From the results and discussion above, the solutions developed in the present study perform well in comparison with the finite-difference numerical solutions. Since the drag experienced by the droplets is intimately related to the stress and pressure at the interface between the droplets and the surrounding non-Newtonian fluid, the accurate evaluation of the second invariant of the rate of deformation tensor at the interface is essential. Therefore, the new treatment of the stress boundary condition at the interface by including all terms in the second invariant of the rate of deformation tensor and a simpler linearization approach for the governing equation used in the present study can produce an accurate prediction of drag compared to the finite-difference numerical solutions. It should be noted, however, that there are limitations inherent in the underlying assumptions. Since the Newtonian fluid results are used for the terms that are multiplied by the factor (n − 1), the solutions are only applicable when |n − 1| is small, which means that the pseudoplastic effect of the power-law fluid is not strong.

4. Concluding Remarks

In this study, a new and improved solution is developed for the drag of a non-Newtonian power-law fluid flow through a swarm of Newtonian droplets. Both the new solution and existing model in the literature are compared with the finite-difference numerical solutions.

The most significant improvement in the present study is observed under the condition of comparable viscosities of Newtonian droplets and the outside power-law fluid.

Using Newtonian fluid results in part of the terms to linearize and simplify the governing equation is reasonable.

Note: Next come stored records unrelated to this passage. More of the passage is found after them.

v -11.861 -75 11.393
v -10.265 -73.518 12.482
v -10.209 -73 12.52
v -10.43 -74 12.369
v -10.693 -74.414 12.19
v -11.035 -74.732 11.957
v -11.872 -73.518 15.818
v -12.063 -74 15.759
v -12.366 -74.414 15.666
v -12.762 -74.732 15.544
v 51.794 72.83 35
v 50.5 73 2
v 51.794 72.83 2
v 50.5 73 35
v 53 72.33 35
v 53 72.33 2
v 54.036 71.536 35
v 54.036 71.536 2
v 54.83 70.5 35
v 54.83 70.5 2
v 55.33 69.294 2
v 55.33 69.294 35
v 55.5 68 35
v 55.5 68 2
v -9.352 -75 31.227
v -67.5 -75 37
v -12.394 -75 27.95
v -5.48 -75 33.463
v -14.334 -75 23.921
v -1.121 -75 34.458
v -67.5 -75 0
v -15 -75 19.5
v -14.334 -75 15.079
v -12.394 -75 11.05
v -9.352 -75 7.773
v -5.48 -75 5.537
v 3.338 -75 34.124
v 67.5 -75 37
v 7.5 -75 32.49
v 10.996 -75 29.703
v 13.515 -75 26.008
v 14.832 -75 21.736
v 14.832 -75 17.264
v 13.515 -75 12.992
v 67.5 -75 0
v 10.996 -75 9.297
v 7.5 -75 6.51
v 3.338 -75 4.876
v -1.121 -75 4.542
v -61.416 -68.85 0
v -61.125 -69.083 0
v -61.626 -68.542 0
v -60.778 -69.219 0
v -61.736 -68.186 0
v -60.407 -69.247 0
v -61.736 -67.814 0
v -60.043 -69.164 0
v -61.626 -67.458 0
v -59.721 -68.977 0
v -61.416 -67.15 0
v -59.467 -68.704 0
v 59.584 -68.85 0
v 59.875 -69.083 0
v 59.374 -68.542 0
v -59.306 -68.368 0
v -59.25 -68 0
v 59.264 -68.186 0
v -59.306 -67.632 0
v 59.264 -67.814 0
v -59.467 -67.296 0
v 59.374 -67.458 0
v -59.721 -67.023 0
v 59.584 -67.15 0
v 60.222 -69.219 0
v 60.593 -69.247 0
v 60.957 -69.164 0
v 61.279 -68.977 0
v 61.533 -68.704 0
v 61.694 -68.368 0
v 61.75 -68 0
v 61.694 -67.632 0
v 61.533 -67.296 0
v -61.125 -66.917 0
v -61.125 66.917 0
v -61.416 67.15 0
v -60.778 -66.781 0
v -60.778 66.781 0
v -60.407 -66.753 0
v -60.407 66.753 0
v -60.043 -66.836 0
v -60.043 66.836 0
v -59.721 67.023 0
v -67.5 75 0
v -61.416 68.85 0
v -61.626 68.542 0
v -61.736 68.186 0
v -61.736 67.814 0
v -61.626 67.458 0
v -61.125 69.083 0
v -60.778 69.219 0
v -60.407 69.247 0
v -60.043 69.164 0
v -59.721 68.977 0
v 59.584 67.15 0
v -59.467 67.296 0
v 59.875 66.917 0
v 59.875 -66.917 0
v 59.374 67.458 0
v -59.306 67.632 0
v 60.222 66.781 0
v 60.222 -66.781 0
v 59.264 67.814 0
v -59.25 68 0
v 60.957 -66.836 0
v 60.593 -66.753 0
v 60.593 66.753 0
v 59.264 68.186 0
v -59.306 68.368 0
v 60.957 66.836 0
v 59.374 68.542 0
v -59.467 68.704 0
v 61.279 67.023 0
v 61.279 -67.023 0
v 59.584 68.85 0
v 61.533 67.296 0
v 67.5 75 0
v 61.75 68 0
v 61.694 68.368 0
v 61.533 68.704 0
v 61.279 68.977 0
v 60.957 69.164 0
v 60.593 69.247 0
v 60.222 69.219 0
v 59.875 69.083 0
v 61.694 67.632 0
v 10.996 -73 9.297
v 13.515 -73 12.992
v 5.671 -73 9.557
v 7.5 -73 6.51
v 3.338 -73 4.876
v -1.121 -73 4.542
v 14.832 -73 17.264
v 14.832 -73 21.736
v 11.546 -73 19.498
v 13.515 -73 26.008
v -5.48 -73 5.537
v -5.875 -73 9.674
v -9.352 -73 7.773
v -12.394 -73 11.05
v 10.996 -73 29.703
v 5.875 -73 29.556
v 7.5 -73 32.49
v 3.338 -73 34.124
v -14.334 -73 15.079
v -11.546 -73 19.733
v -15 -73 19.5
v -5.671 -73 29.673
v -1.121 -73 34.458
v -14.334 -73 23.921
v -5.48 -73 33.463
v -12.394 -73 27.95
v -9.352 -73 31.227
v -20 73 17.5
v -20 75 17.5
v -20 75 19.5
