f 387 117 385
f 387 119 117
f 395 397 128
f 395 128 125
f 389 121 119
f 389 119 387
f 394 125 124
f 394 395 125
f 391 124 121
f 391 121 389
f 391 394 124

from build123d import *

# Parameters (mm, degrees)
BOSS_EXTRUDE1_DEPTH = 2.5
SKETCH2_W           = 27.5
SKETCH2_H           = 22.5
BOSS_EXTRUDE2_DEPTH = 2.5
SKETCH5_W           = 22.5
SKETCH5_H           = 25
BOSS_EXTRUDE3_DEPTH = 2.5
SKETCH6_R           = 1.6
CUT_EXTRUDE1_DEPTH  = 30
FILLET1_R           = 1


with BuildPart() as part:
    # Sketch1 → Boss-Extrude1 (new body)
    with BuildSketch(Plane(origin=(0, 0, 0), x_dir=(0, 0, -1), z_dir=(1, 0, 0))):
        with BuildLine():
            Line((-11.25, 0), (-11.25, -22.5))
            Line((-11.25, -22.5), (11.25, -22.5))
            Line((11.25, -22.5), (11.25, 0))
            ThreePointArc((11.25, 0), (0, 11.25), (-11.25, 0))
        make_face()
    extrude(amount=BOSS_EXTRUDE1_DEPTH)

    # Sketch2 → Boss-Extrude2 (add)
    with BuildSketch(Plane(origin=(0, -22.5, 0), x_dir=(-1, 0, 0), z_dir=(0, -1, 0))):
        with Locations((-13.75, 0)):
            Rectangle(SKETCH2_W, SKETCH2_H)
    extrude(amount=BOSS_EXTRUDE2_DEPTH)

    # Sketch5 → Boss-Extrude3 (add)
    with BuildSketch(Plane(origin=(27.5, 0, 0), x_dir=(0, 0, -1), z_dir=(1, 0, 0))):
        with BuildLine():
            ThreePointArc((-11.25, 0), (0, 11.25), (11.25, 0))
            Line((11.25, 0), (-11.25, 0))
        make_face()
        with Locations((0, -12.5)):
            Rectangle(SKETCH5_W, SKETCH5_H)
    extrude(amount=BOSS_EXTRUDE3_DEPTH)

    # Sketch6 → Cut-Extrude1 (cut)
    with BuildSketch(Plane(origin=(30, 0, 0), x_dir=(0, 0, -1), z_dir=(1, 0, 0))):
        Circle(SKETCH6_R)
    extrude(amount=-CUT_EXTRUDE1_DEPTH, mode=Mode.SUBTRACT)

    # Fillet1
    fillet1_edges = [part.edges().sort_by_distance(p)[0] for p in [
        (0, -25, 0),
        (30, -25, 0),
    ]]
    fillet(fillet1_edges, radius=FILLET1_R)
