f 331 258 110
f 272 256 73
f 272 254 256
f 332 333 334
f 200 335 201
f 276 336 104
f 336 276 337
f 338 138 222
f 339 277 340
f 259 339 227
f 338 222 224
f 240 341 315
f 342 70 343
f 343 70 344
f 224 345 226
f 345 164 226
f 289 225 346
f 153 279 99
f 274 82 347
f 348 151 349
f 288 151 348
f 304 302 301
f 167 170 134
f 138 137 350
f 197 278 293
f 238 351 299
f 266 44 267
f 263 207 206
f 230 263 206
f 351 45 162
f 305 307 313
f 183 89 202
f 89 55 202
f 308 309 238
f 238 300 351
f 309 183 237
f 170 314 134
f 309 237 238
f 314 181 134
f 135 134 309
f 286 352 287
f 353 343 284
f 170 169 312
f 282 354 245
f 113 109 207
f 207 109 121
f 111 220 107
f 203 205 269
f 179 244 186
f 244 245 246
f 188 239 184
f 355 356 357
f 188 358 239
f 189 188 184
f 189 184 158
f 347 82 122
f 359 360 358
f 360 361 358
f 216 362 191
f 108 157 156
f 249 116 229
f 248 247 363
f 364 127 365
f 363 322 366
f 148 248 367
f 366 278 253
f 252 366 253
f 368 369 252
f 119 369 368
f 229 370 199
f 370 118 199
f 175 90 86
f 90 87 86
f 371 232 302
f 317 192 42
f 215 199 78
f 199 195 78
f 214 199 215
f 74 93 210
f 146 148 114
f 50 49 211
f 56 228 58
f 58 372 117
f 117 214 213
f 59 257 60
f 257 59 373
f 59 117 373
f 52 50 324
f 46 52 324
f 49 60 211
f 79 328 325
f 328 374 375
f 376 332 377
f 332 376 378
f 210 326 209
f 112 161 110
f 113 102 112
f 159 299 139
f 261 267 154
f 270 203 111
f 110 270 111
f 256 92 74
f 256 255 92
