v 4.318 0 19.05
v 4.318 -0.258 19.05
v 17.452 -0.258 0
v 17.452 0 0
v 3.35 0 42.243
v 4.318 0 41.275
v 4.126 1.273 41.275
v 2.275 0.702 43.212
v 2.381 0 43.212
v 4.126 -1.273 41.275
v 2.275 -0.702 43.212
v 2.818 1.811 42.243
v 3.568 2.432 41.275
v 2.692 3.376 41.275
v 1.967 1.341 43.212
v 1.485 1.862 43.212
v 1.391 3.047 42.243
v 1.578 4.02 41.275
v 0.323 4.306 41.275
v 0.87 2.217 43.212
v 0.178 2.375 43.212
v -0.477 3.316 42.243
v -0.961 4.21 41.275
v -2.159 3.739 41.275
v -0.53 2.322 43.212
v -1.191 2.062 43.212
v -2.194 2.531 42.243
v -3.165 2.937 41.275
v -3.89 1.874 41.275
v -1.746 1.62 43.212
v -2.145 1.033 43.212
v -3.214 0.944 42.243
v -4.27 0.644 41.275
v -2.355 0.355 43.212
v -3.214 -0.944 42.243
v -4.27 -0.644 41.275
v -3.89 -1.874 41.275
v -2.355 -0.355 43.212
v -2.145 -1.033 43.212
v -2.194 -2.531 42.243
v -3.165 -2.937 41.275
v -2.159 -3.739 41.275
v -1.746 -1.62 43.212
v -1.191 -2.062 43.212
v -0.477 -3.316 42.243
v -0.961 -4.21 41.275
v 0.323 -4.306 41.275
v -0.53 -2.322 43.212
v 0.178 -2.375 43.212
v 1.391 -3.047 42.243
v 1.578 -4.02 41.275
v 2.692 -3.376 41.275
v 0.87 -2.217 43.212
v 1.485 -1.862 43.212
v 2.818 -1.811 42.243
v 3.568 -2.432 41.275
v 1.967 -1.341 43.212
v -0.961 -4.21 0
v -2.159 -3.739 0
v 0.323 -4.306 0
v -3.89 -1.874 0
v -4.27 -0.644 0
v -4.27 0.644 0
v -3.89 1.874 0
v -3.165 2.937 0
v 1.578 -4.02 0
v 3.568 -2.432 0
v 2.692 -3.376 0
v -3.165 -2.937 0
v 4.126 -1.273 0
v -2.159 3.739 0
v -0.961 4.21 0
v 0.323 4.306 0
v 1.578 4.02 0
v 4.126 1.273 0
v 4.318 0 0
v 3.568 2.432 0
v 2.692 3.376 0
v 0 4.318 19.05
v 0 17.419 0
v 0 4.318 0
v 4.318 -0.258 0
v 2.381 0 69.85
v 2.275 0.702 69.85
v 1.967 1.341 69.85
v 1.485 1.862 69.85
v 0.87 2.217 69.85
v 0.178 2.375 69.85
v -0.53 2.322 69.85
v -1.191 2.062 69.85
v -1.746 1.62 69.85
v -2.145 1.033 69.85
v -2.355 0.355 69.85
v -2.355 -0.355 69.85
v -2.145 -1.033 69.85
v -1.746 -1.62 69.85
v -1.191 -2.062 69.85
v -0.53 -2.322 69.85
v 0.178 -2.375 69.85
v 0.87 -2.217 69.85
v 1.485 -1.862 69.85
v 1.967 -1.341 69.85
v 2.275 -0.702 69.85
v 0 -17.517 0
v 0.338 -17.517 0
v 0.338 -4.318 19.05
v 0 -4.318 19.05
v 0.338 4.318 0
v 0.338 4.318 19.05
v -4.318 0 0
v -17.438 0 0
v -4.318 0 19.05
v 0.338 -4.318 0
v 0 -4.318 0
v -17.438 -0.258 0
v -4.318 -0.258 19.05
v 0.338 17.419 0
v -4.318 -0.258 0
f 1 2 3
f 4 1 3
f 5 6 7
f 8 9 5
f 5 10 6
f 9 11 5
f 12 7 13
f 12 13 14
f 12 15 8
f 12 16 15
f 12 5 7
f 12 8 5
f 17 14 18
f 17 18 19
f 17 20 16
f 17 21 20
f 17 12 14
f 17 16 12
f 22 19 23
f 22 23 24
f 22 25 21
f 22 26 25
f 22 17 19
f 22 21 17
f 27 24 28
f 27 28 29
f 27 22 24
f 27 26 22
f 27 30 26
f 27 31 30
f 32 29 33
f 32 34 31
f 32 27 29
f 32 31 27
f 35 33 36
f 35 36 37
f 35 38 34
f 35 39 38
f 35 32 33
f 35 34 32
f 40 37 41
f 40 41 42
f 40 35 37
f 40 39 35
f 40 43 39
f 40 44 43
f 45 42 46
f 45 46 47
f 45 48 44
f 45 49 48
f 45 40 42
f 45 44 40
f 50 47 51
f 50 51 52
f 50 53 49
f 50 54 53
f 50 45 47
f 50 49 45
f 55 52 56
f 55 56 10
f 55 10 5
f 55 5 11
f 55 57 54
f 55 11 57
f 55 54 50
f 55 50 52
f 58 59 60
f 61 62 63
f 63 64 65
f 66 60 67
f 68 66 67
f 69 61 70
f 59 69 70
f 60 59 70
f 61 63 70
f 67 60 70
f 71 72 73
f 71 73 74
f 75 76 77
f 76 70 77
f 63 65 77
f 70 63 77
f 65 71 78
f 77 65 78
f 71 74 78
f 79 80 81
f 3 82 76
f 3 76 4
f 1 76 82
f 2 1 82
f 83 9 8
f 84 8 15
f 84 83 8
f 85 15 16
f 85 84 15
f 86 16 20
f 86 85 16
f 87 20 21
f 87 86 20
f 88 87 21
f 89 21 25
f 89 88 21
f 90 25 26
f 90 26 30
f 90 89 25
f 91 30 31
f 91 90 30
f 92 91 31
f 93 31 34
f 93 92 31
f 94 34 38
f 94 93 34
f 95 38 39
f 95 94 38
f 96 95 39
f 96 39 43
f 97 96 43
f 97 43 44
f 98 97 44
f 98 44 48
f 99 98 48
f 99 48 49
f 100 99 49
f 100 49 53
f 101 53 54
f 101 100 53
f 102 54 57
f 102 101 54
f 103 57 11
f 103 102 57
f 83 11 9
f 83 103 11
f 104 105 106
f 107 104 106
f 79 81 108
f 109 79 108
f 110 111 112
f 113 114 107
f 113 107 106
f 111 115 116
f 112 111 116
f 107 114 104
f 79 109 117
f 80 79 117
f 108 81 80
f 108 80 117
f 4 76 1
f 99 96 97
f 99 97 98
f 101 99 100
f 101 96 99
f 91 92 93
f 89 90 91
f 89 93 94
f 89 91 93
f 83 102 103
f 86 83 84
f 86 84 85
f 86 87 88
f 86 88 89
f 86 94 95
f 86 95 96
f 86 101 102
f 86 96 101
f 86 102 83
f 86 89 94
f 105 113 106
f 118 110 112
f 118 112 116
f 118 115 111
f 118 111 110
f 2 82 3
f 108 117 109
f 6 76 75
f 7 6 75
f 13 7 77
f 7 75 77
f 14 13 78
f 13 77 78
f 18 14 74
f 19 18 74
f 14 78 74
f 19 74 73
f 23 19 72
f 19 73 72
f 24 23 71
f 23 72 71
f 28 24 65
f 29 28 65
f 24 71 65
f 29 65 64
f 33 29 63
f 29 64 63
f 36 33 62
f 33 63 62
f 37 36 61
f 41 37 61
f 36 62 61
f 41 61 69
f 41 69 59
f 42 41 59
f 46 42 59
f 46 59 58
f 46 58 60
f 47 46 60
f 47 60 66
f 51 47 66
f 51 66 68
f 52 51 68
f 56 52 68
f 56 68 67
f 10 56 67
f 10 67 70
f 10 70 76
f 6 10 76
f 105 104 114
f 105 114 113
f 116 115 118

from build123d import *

# Parameters (mm, degrees)
F0_R        = 4.318
F1_DEPTH    = 44.45
F2_R        = 2.38125
F3_DEPTH    = 25.4
F4_S5_R     = 2.38125
F4_T6_DEPTH = 8
F5_W        = 0.3382458817
F5_H        = 13.1992071904
F6_DEPTH    = 19.05
F5_W_2      = 13.1341543086
F5_H_2      = 0.257695443
F5_H_3      = 13.1008949168
F5_W_3      = 13.120493669
F8_DEPTH    = 25.4
F10_DEPTH   = 25.4
F12_DEPTH   = 25.4
F14_DEPTH   = 25.4


# Not quite as in the source:
# - a fillet or chamfer that OpenCascade refuses, or shapes differently, is made with other operations: its cross-section is extruded or revolved along the edge and cut away or added


with BuildPart() as f1:
    # F0 (on Top) → F1 (new body)
    with BuildSketch(Plane.XY):
        Circle(F0_R)
    extrude(amount=F1_DEPTH)

    # F2 (on face) → F3 (join)
    with BuildSketch(Plane.XY.offset(44.45)):
        Circle(F2_R)
    extrude(amount=F3_DEPTH)

    # F4: chamfer of 3.175 on 1 edges, made by hand


with BuildPart() as f4_tool2:
    # F4_s3 → F4_t4 (revolve)
    with BuildSketch(Plane.XZ):
        Polygon((4.318, 41.275), (1.143, 44.45), (4.318, 44.45), align=None)
    revolve(axis=Axis((0, 0, 44.45), (0, 0, 1)))

    # F4_s5 → F4_t6 (cut, symmetric)
    with BuildSketch(Plane.XY.offset(42.9)):
        Circle(F4_S5_R)
    extrude(amount=F4_T6_DEPTH, both=True, mode=Mode.SUBTRACT)


with BuildPart() as f1_1:
    add(f1.part)

    # F4_t1: cut F4_tool2
    add(f4_tool2.part, mode=Mode.SUBTRACT)


with BuildPart() as f6:
    # F5 (on face) → F6 (new body)
    with BuildSketch(Plane(origin=(0, 0, 0), x_dir=(1, 0, 0), z_dir=(0, 0, -1))):
        with Locations((0.1691229409, 10.9176035952)):
            Rectangle(F5_W, F5_H)
    extrude(amount=-F6_DEPTH)

    # F7 (on face) → F8 (cut)
    with BuildSketch(Plane.YZ.offset(0.3382458817)):
        Polygon((-17.5172071904, 0), (-4.318, 19.05), (-17.5172071904, 19.05), align=None)
    extrude(amount=-F8_DEPTH, mode=Mode.SUBTRACT)


with BuildPart() as f6b:
    # F5 (on face) → F6, piece 2 (new body)
    with BuildSketch(Plane(origin=(0, 0, 0), x_dir=(1, 0, 0), z_dir=(0, 0, -1))):
        with Locations((10.8850771543, 0.1288477215)):
            Rectangle(F5_W_2, F5_H_2)
    extrude(amount=-F6_DEPTH)

    # F11 (on face) → F12 (cut)
    with BuildSketch(Plane.XZ.offset(0.257695443)):
        Polygon((17.4521543086, 19.05), (4.318, 19.05), (17.4521543086, 0), align=None)
    extrude(amount=-F12_DEPTH, mode=Mode.SUBTRACT)


with BuildPart() as f6c:
    # F5 (on face) → F6, piece 3 (new body)
    with BuildSketch(Plane(origin=(0, 0, 0), x_dir=(1, 0, 0), z_dir=(0, 0, -1))):
        with Locations((0.1691229409, -10.8684474584)):
            Rectangle(F5_W, F5_H_3)
    extrude(amount=-F6_DEPTH)

    # F9 (on face) → F10 (cut)
    with BuildSketch(Plane.YZ.offset(0.3382458817)):
        Polygon((17.4188949168, 19.05), (4.318, 19.05), (17.4188949168, 0), align=None)
    extrude(amount=-F10_DEPTH, mode=Mode.SUBTRACT)


with BuildPart() as f6d:
    # F5 (on face) → F6, piece 4 (new body)
    with BuildSketch(Plane(origin=(0, 0, 0), x_dir=(1, 0, 0), z_dir=(0, 0, -1))):
        with Locations((-10.8782468345, 0.1288477215)):
            Rectangle(F5_W_3, F5_H_2)
    extrude(amount=-F6_DEPTH)

    # F13 (on face) → F14 (cut)
    with BuildSketch(Plane.XZ.offset(0.257695443)):
        Polygon((-17.438493669, 0), (-4.318, 19.05), (-17.438493669, 19.05), align=None)
    extrude(amount=-F14_DEPTH, mode=Mode.SUBTRACT)


solid = Compound([f1_1.part, f6.part, f6b.part, f6c.part, f6d.part])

However, the approximation of the shear stress boundary condition has a major impact on the model prediction of drag when the droplets and non-Newtonian fluids have a similar magnitude of viscosity because the drag results are sensitive to the treatment of the interface shear stress boundary condition.

Under the two extreme conditions of high viscosity ratio (approaching particles) and low viscosity ratio (approaching bubbles), the drag results are less sensitive to the treatment of the interface shear stress boundary condition, and the present and existing solutions produce similar results.